I use the 5 gallon water containers and have never had a problem. I live in Belize, so cannot get real carboys here


----------



## deboard (Jan 4, 2010)

I have a couple of the water bottles, but I'm moving toward glass slowly. The water bottles have a 3 in a triangle on the bottom, which means it's polyvinyl chloride, or PVC. Mine have worked, but the information I found on it says it does allow oxygen in. I know others that use these and have no problems though. 

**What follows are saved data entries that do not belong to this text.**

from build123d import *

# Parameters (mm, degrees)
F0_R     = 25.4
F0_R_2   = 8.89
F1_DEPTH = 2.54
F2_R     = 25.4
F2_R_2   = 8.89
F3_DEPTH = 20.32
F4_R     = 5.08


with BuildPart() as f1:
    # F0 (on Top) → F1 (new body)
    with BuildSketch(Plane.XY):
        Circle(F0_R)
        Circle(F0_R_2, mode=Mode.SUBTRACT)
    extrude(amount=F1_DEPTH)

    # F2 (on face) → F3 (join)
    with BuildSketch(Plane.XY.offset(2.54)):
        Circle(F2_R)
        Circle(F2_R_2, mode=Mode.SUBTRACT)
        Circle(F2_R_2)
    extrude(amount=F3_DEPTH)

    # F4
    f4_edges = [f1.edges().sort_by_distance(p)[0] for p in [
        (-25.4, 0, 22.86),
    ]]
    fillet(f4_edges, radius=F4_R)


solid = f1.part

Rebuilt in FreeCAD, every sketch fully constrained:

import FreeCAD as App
import Part
import Sketcher
from FreeCAD import Vector
Q = App.Units.Quantity


def edges_at(feature, points):
    """Names of the edges that pass closest to the given points."""
    edges = feature.Shape.Edges
    near = lambda p: min(range(len(edges)), key=lambda i: edges[i].distToShape(Part.Vertex(*p))[0])
    return sorted({f"Edge{near(p) + 1}" for p in points})

doc = App.newDocument("Part")
body = doc.addObject("PartDesign::Body", "Body")

# Sketch on XY plane
sketch1 = doc.addObject("Sketcher::SketchObject", "Sketch")
body.addObject(sketch1)
sketch1.AttachmentSupport = (doc.XY_Plane, [""])
sketch1.MapMode = "FlatFace"
sketch1.addGeometry(Part.Circle(Vector(0, 0, 0), Vector(0, 0, 1), 25), False)
sketch1.addGeometry(Part.Circle(Vector(0, 0, 0), Vector(0, 0, 1), 9), False)
sketch1.addConstraint(Sketcher.Constraint("Coincident", 0, 3, -1, 1))
sketch1.addConstraint(Sketcher.Constraint("Coincident", 1, 3, -1, 1))
sketch1.addConstraint(Sketcher.Constraint("Diameter", 0, Q("2 in")))
sketch1.addConstraint(Sketcher.Constraint("Diameter", 1, Q("0.7 in")))
pad1 = doc.addObject("PartDesign::Pad", "Pad")
body.addObject(pad1)
pad1.Profile = sketch1
pad1.Length = Q("0.1 in")

# Sketch on XY plane
sketch2 = doc.addObject("Sketcher::SketchObject", "Sketch001")
body.addObject(sketch2)
sketch2.AttachmentSupport = (doc.XY_Plane, [""])
sketch2.MapMode = "FlatFace"
sketch2.AttachmentOffset = App.Placement(Vector(0, 0, 0.1 * 25.4), App.Rotation())
sketch2.addGeometry(Part.Circle(Vector(0, 0, 0), Vector(0, 0, 1), 25), False)
sketch2.addConstraint(Sketcher.Constraint("Coincident", 0, 3, -1, 1))
sketch2.addConstraint(Sketcher.Constraint("Diameter", 0, Q("2 in")))
pad2 = doc.addObject("PartDesign::Pad", "Pad001")
body.addObject(pad2)
pad2.Profile = sketch2
pad2.Length = Q("0.8 in")
doc.recompute()

fillet = doc.addObject("PartDesign::Fillet", "Fillet")
body.addObject(fillet)
fillet.Base = (pad2, edges_at(pad2, [(-25.4, 0, 22.86)]))
fillet.Radius = Q("0.2 in")

doc.recompute()
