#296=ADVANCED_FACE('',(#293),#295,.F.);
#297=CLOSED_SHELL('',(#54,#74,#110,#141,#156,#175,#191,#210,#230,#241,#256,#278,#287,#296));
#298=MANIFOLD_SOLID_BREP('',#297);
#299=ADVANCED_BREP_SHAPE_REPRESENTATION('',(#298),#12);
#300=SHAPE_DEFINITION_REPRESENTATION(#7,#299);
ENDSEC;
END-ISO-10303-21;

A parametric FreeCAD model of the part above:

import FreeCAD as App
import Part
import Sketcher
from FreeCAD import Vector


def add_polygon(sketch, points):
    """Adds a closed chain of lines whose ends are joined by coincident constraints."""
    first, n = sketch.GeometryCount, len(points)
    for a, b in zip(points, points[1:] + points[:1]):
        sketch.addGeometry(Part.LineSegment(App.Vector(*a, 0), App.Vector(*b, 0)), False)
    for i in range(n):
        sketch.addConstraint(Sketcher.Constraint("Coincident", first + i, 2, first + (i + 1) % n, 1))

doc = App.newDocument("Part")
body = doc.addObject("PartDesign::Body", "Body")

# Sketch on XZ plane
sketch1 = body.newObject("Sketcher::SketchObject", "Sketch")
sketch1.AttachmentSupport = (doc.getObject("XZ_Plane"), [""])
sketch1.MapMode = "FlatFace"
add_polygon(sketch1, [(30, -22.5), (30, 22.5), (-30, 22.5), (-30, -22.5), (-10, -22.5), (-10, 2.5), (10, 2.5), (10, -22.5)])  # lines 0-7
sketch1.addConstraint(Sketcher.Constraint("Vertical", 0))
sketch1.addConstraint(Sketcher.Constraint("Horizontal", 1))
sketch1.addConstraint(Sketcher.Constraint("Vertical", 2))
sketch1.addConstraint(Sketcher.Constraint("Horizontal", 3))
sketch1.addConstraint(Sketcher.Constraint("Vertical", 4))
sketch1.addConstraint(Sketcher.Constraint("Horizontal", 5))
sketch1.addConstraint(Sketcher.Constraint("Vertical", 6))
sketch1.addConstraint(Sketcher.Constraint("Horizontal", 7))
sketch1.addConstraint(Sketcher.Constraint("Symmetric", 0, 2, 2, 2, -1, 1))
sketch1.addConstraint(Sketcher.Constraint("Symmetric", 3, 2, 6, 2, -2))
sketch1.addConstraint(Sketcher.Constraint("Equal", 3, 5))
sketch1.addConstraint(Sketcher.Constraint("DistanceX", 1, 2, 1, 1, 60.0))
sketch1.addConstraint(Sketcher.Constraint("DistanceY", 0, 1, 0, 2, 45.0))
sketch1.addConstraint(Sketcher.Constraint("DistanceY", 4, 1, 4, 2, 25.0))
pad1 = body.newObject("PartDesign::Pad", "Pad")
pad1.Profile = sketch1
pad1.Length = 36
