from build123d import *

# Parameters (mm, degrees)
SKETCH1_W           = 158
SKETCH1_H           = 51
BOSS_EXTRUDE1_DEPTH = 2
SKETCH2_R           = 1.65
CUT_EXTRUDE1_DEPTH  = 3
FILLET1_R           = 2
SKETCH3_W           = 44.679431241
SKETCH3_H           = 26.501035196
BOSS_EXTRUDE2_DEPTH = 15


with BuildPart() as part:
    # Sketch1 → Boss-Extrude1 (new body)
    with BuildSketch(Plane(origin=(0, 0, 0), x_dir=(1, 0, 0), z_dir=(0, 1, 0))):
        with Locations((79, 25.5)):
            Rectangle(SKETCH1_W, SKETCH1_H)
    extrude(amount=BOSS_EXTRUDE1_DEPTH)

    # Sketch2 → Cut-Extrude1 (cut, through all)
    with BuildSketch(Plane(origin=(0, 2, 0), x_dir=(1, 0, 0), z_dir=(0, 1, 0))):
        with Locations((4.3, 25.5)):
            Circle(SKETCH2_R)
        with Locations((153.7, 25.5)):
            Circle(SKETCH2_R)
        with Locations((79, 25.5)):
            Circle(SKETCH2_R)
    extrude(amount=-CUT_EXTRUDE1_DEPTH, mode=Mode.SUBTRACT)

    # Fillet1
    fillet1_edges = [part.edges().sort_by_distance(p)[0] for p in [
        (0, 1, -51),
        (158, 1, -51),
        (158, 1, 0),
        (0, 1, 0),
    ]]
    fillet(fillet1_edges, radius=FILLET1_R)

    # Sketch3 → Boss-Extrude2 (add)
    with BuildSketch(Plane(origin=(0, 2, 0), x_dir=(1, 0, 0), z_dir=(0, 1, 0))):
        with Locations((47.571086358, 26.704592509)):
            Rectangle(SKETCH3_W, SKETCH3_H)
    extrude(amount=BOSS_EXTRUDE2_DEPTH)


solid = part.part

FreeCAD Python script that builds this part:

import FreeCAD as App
import Part
import Sketcher


def edges_at(feature, points):
    """Names of the edges that pass closest to the given points."""
    edges = feature.Shape.Edges
    near = lambda p: min(range(len(edges)), key=lambda i: edges[i].distToShape(Part.Vertex(*p))[0])
    return sorted({f"Edge{near(p) + 1}" for p in points})


def add_polygon(sketch, points):
    """Adds a closed chain of lines whose ends are joined by coincident constraints."""
    first, n = sketch.GeometryCount, len(points)
    for a, b in zip(points, points[1:] + points[:1]):
        sketch.addGeometry(Part.LineSegment(App.Vector(*a, 0), App.Vector(*b, 0)), False)
    for i in range(n):
        sketch.addConstraint(Sketcher.Constraint("Coincident", first + i, 2, first + (i + 1) % n, 1))

doc = App.newDocument("Part")
params = doc.addObject("Spreadsheet::Sheet", "Params")
for row, (alias, value) in enumerate([
    ("sketch1_width", "158 mm"),
    ("sketch1_height", "51 mm"),
    ("pad1_length", "2 mm"),
    ("sketch2_diameter", "3.3 mm"),
    ("fillet_radius", "2 mm"),
    ("pad2_length", "15 mm"),
], start=1):
    params.set(f"A{row}", alias)
    params.set(f"B{row}", "=" + value)
    params.setAlias(f"B{row}", alias)

body = doc.addObject("PartDesign::Body", "Body")

sketch1 = doc.addObject("Sketcher::SketchObject", "Sketch")
body.addObject(sketch1)
sketch1.AttachmentSupport = (doc.XZ_Plane, [""])
sketch1.MapMode = "FlatFace"
add_polygon(sketch1, [(0, -51), (0, 0), (158, 0), (158, -51)])
sketch1.addConstraint(Sketcher.Constraint("Vertical", 0))
sketch1.addConstraint(Sketcher.Constraint("Horizontal", 1))
sketch1.addConstraint(Sketcher.Constraint("Vertical", 2))
sketch1.addConstraint(Sketcher.Constraint("Horizontal", 3))
sketch1.addConstraint(Sketcher.Constraint("Coincident", 0, 2, -1, 1))
sketch1.addConstraint(Sketcher.Constraint("DistanceX", 1, 1, 1, 2, 158.0))
sketch1.addConstraint(Sketcher.Constraint("DistanceY", 0, 1, 0, 2, 51.0))
sketch1.setExpression("Constraints[9]", "Params.sketch1_width")
sketch1.setExpression("Constraints[10]", "Params.sketch1_height")
pad1 = doc.addObject("PartDesign::Pad", "Pad")
body.addObject(pad1)
pad1.Profile = sketch1
pad1.setExpression("Length", "Params.pad1_length")
pad1.Reversed = True

sketch2 = doc.addObject("Sketcher::SketchObject", "Sketch001")
body.addObject(sketch2)
sketch2.AttachmentSupport = (doc.XZ_Plane, [""])
sketch2.MapMode = "FlatFace"
sketch2.AttachmentOffset = App.Placement(App.Vector(0, 0, -2), App.Rotation())
sketch2.addGeometry(Part.Circle(App.Vector(4.3, -25.5, 0), App.Vector(0, 0, 1), 1.65), False)
sketch2.addGeometry(Part.Circle(App.Vector(153.7, -25.5, 0), App.Vector(0, 0, 1), 1.65), False)
sketch2.addGeometry(Part.Circle(App.Vector(79, -25.5, 0), App.Vector(0, 0, 1), 1.65), False)
sketch2.addConstraint(Sketcher.Constraint("Equal", 0, 1))
sketch2.addConstraint(Sketcher.Constraint("Equal", 1, 2))
sketch2.addConstraint(Sketcher.Constraint("Horizontal", 0, 3, 1, 3))
sketch2.addConstraint(Sketcher.Constraint("Horizontal", 1, 3, 2, 3))
sketch2.addConstraint(Sketcher.Constraint("Diameter", 0, 3.3))
sketch2.addConstraint(Sketcher.Constraint("DistanceX", -1, 1, 2, 3, 79.0))
sketch2.addConstraint(Sketcher.Constraint("DistanceX", -1, 1, 0, 3, 4.3))
sketch2.addConstraint(Sketcher.Constraint("DistanceY", 0, 3, -1, 1, 25.5))
sketch2.addConstraint(Sketcher.Constraint("DistanceX", -1, 1, 1, 3, 153.7))
sketch2.setExpression("Constraints[4]", "Params.sketch2_diameter")
pocket1 = doc.addObject("PartDesign::Pocket", "Pocket")
body.addObject(pocket1)
pocket1.Profile = sketch2
pocket1.Type = "ThroughAll"
pocket1.Reversed = True
doc.recompute()

fillet = doc.addObject("PartDesign::Fillet", "Fillet")
body.addObject(fillet)
fillet.Base = (pocket1, edges_at(pocket1, [
    (0, 1, -51),
    (158, 1, -51),
    (158, 1, 0),
    (0, 1, 0),
]))
fillet.setExpression("Radius", "Params.fillet_radius")

sketch3 = doc.addObject("Sketcher::SketchObject", "Sketch002")
body.addObject(sketch3)
sketch3.AttachmentSupport = (doc.XZ_Plane, [""])
sketch3.MapMode = "FlatFace"
sketch3.AttachmentOffset = App.Placement(App.Vector(0, 0, -2), App.Rotation())
add_polygon(sketch3, [(25.231371, -39.95511), (25.231371, -13.454075), (69.910802, -13.454075), (69.910802, -39.95511)])
sketch3.addConstraint(Sketcher.Constraint("Vertical", 0))
sketch3.addConstraint(Sketcher.Constraint("Horizontal", 1))
sketch3.addConstraint(Sketcher.Constraint("Vertical", 2))
sketch3.addConstraint(Sketcher.Constraint("Horizontal", 3))
sketch3.addConstraint(Sketcher.Constraint("DistanceX", 1, 1, 1, 2, 44.679431))
sketch3.addConstraint(Sketcher.Constraint("DistanceX", -1, 1, 1, 2, 69.910802))
sketch3.addConstraint(Sketcher.Constraint("DistanceY", 0, 1, 0, 2, 26.501035))
sketch3.addConstraint(Sketcher.Constraint("DistanceY", 2, 2, -1, 1, 39.95511))
pad2 = doc.addObject("PartDesign::Pad", "Pad001")
body.addObject(pad2)
pad2.Profile = sketch3
pad2.setExpression("Length", "Params.pad2_length")
pad2.Reversed = True

doc.recompute()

I am interested in the better bottles though, they are cheaper and I've heard good things.


----------



## Wade E (Jan 4, 2010)

The plastic ones are flimsy so if you pick 1 up you can easily squeeze wine right out of it or out the airlock and then when you let go youll suck the liquid right through the airlock into your wine which could contaminate your wine. You cant use a plastic carboy if you plan on vacuum degassing or vacuum racking. They are nice and light though. You also have to be careful cleaning them as if you scratch them then bacteria can hide in those scratches.


----------



## sly22guy (Jan 4, 2010)

Thanks for the input! Seems as though maybe ill get the kit with the glass one so that i have one and then pick up an extra better bottle.


----------



## rawlus (Jan 4, 2010)

if you use a 3-piece airlock, the suctioning problems with better bottles can be avoided easily by simply removing the inner cap momentarily. usually you're moving them for some reason or purpose like racking so breaking the airlock seal is no big deal. it is also minimized if you lift them from the bottom rather than the neck. they do flex though - for me, a small tradeoff for durability, affordability and light weight.

ive never been particularly "careful" with the better bottles and they look as good now as they did brand new. no scratching, i dont think ive ever seen one scratched on the inside. i think youd have to work pretty hard to do that.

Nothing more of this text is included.